CATATAN KEBIJAKAN PUBLIK
“PEMBATASAN IMPOR RESIN DENGAN JANGKA WAKTU TRANSISI YANG TERLALU SINGKAT AKAN MEMBUNUH INDUSTRI PENGGUNA RESIN”
Pendahuluan
Pada saat ini industri dalam negeri yang menggunakan resin polietilen (PE) dan polipropilen (PP) untuk kemasan produknya terkejut karena dengan tiba-tiba diterbitkan Peraturan Menteri Perdagangan No 36/2023 tanggal 14 December 2023 tentang perubahan atas Peraturan Menteri Perdagangan Nomor 20 Tahun 2021 tentang Kebijakan dan Pengaturan Impor, yang pada prinsipnya Impor Resin harus dengan Izin Impor (Import Permit-IP) dan Laporan Survey/LS. Izin impor diterbitkan oleh Menteri Perdagangan dengan proses melalui rekomendasi dari Kementerian Perindustrian. Di samping rekomendasi Kemenperin juga harus dilengkapi Laporan Survey (LS). Dikecualikan atas kebijakan tersebut adalah impor polietilen densitas rendah (LDPE) dan PE dengan kode HS 390140 karena kurangnya produksi dalam negeri
Pembatasan impor tentunya didasarkan pada kepentingan untuk melindungi industri produksi resin dalam negeri, namun demikian selayaknya juga kebijakan tersebut memperhatikan kepentingan industri pemakai resin. Secara umum bagi dunia usaha sepanjang produksi dalam negeri mencukupi baik kuantitas, kualitas maupun harga, tentu otomatis akan menggunakan produk dari dalam negeri dan tidak akan mengimpor. Pembatasan impor seharusnya hanya jika terbukti bahwa antara industri dalam negeri dengan impor terdapat persaingan yang tidak sehat misalnya barang impor yang murah karena bantuan negara pengeskpornya. Itupun harus dibuktikan dengan data dan analisis yang adekuat dan selanjutnya diproses melalui Langkah-langkah untuk proses anti dumping.

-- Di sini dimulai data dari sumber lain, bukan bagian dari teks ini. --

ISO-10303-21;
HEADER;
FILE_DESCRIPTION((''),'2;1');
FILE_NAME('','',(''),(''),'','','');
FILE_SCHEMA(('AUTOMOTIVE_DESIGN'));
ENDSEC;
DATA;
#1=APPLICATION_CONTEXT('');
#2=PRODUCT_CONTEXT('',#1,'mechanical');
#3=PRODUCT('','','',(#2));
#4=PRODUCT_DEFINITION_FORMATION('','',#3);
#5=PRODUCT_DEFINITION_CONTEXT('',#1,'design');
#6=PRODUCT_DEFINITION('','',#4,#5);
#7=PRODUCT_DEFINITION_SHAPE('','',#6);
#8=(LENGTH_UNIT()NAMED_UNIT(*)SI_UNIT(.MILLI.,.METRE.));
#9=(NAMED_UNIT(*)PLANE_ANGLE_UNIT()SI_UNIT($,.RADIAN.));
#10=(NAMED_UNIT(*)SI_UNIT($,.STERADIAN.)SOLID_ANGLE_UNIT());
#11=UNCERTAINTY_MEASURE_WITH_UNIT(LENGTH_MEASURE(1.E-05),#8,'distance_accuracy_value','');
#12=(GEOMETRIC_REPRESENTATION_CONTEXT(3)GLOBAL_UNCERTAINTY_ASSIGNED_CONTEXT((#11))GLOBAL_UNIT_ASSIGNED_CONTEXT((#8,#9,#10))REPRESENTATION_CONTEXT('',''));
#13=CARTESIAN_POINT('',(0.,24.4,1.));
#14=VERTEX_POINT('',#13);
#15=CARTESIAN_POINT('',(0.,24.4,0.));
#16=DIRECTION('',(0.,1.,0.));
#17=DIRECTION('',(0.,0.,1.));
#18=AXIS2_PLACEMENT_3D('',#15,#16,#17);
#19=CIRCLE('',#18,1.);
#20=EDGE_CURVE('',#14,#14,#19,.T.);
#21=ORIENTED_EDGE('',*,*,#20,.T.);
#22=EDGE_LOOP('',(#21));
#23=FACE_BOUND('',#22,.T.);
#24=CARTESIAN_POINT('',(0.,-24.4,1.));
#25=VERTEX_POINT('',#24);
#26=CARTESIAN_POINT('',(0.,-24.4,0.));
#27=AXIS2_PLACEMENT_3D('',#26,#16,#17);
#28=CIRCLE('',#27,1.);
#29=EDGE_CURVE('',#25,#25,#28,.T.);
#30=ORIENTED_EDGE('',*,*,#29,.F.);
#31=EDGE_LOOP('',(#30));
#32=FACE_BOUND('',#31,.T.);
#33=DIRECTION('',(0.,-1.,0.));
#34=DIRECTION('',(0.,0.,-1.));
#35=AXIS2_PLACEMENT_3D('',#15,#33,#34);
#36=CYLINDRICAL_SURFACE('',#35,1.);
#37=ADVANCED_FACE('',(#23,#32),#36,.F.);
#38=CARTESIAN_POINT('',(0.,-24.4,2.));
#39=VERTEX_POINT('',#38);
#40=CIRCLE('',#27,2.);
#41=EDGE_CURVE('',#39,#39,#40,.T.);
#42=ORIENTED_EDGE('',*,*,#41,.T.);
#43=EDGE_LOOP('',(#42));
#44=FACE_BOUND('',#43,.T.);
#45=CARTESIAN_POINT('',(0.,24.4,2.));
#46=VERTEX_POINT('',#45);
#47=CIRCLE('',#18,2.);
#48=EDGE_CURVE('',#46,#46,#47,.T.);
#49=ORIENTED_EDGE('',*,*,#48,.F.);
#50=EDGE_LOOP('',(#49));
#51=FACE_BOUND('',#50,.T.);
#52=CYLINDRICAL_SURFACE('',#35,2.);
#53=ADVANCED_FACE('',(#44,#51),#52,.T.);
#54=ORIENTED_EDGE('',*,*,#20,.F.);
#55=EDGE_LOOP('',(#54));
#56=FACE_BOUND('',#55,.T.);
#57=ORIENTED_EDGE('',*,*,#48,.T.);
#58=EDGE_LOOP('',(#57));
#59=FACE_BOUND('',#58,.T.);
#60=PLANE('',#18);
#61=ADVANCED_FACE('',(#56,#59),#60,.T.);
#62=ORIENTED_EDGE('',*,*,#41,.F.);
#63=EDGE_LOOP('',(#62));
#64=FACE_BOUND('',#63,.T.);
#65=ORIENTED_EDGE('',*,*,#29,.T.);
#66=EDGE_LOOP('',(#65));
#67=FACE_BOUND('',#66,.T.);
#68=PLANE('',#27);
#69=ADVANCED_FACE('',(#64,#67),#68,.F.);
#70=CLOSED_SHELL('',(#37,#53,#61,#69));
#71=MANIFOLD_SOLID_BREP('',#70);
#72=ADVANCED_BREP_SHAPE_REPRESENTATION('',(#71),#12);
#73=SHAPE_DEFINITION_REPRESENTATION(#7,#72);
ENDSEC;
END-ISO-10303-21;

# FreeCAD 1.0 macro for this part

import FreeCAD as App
import Part
import Sketcher

doc = App.newDocument("Part")
body = doc.addObject("PartDesign::Body", "Body")

sketch1 = body.newObject("Sketcher::SketchObject", "Sketch")
sketch1.AttachmentSupport = (doc.getObject("XZ_Plane"), [""])
sketch1.MapMode = "FlatFace"
sketch1.addGeometry([
    Part.Circle(App.Vector(0, 0, 0), App.Vector(0, 0, 1), 2),
    Part.Circle(App.Vector(0, 0, 0), App.Vector(0, 0, 1), 1),
], False)
sketch1.addConstraint([
    Sketcher.Constraint("Coincident", 0, 3, -1, 1),
    Sketcher.Constraint("Coincident", 1, 3, -1, 1),
    Sketcher.Constraint("Diameter", 0, 4.0),
    Sketcher.Constraint("Diameter", 1, 2.0),
])
pad1 = body.newObject("PartDesign::Pad", "Pad")
pad1.Profile = sketch1
pad1.Length = 48.8
pad1.Midplane = True

doc.recompute()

Kebijakan pembatasan impor resin masih dipandang perlu data dukung, dan analisis kebijakan yang kuat. Pembatasan impor yang merugikan industri pengguna resin tersebut masih ditambah lagi dengan adanya pengaturan masa transisi yang hanya 90 hari sebelum pembatasan berlaku. Kebijakan ini sungguh menimbulkan masalah besar bagi industri pengguna resin karena proses untuk mendapatkan IP tidak dapat diselesaikan dalam waktu sesingkat itu misalnya antara lain karena sistem di Lembaga Nasional Single Window (LNSW) saat ini juga belum aktif sepenuhnya dan pendaftaran untuk LS juga memerlukan website yang andal dari Sucofindo. Dari semua hal tersebut pada akhirnya dapat disimpulkan bahwa waktu 90 hari tidak cukup dan ketidakcukupan itu bukan karena kesalahan industri pemakai resin. Oleh karenanya selayaknya kebijakan pembatasan impor khususnya dengan penetapan masa tenggat 90 hari dianalisis ulang berdasar penilaian yang komprehensif terutama analisis yang tidak hanya dari sisi industri resin akan tetapi juga dari sisi dampaknya pada industri pengguna resin serta jangka waktu yang rasional berdasar kondisi nyata dari sistem yang diberlakukan.
Industri Resin di Indonesia dan importasi
Produksi Resin di Indonesia diproduksi oleh: PT. Chandra Asri Petrochemical Tbk (PT. CAP) dan PT. Lotte Chemical Titan Nusantara. PT. CAP adalah perusahaan petrokimia terbesar dan terintegrasi di Indonesia serta satu-satunya yang mengoperasikan Naptha Cracker. Perusahaan ini memproduksi Polyolefins (Polyethylene dan Polypropylene). Adapun kapasitas produksi PE, PT. CAPC saat ini adalah sebesar 340.000 ton per tahun dan kapasitas produksi PP sebesar 480.000 ton per tahun. Selain PT. CAPC perusahaan lainnya yang memproduksi PE adalah PT. Lotte Chemical Titan Nusantara (PT LCTN) dengan produksi sekitar 450.000 ton serta beberapa produsen lainnya
Indonesia mengimpor sekitar 40 persen konsumsi gabungan LLDPE dan HDPE dan lebih dari 60 persen konsumsi PP pada tahun 2022. Indonesia mengimpor sekitar 604,000 ton gabungan LLDPE dan HDPE serta 1,05 juta ton PP dari Januari-Oktober, dibandingkan dengan 618,000 ton dan 1,3 juta ton masing-masing sepanjang tahun 2022.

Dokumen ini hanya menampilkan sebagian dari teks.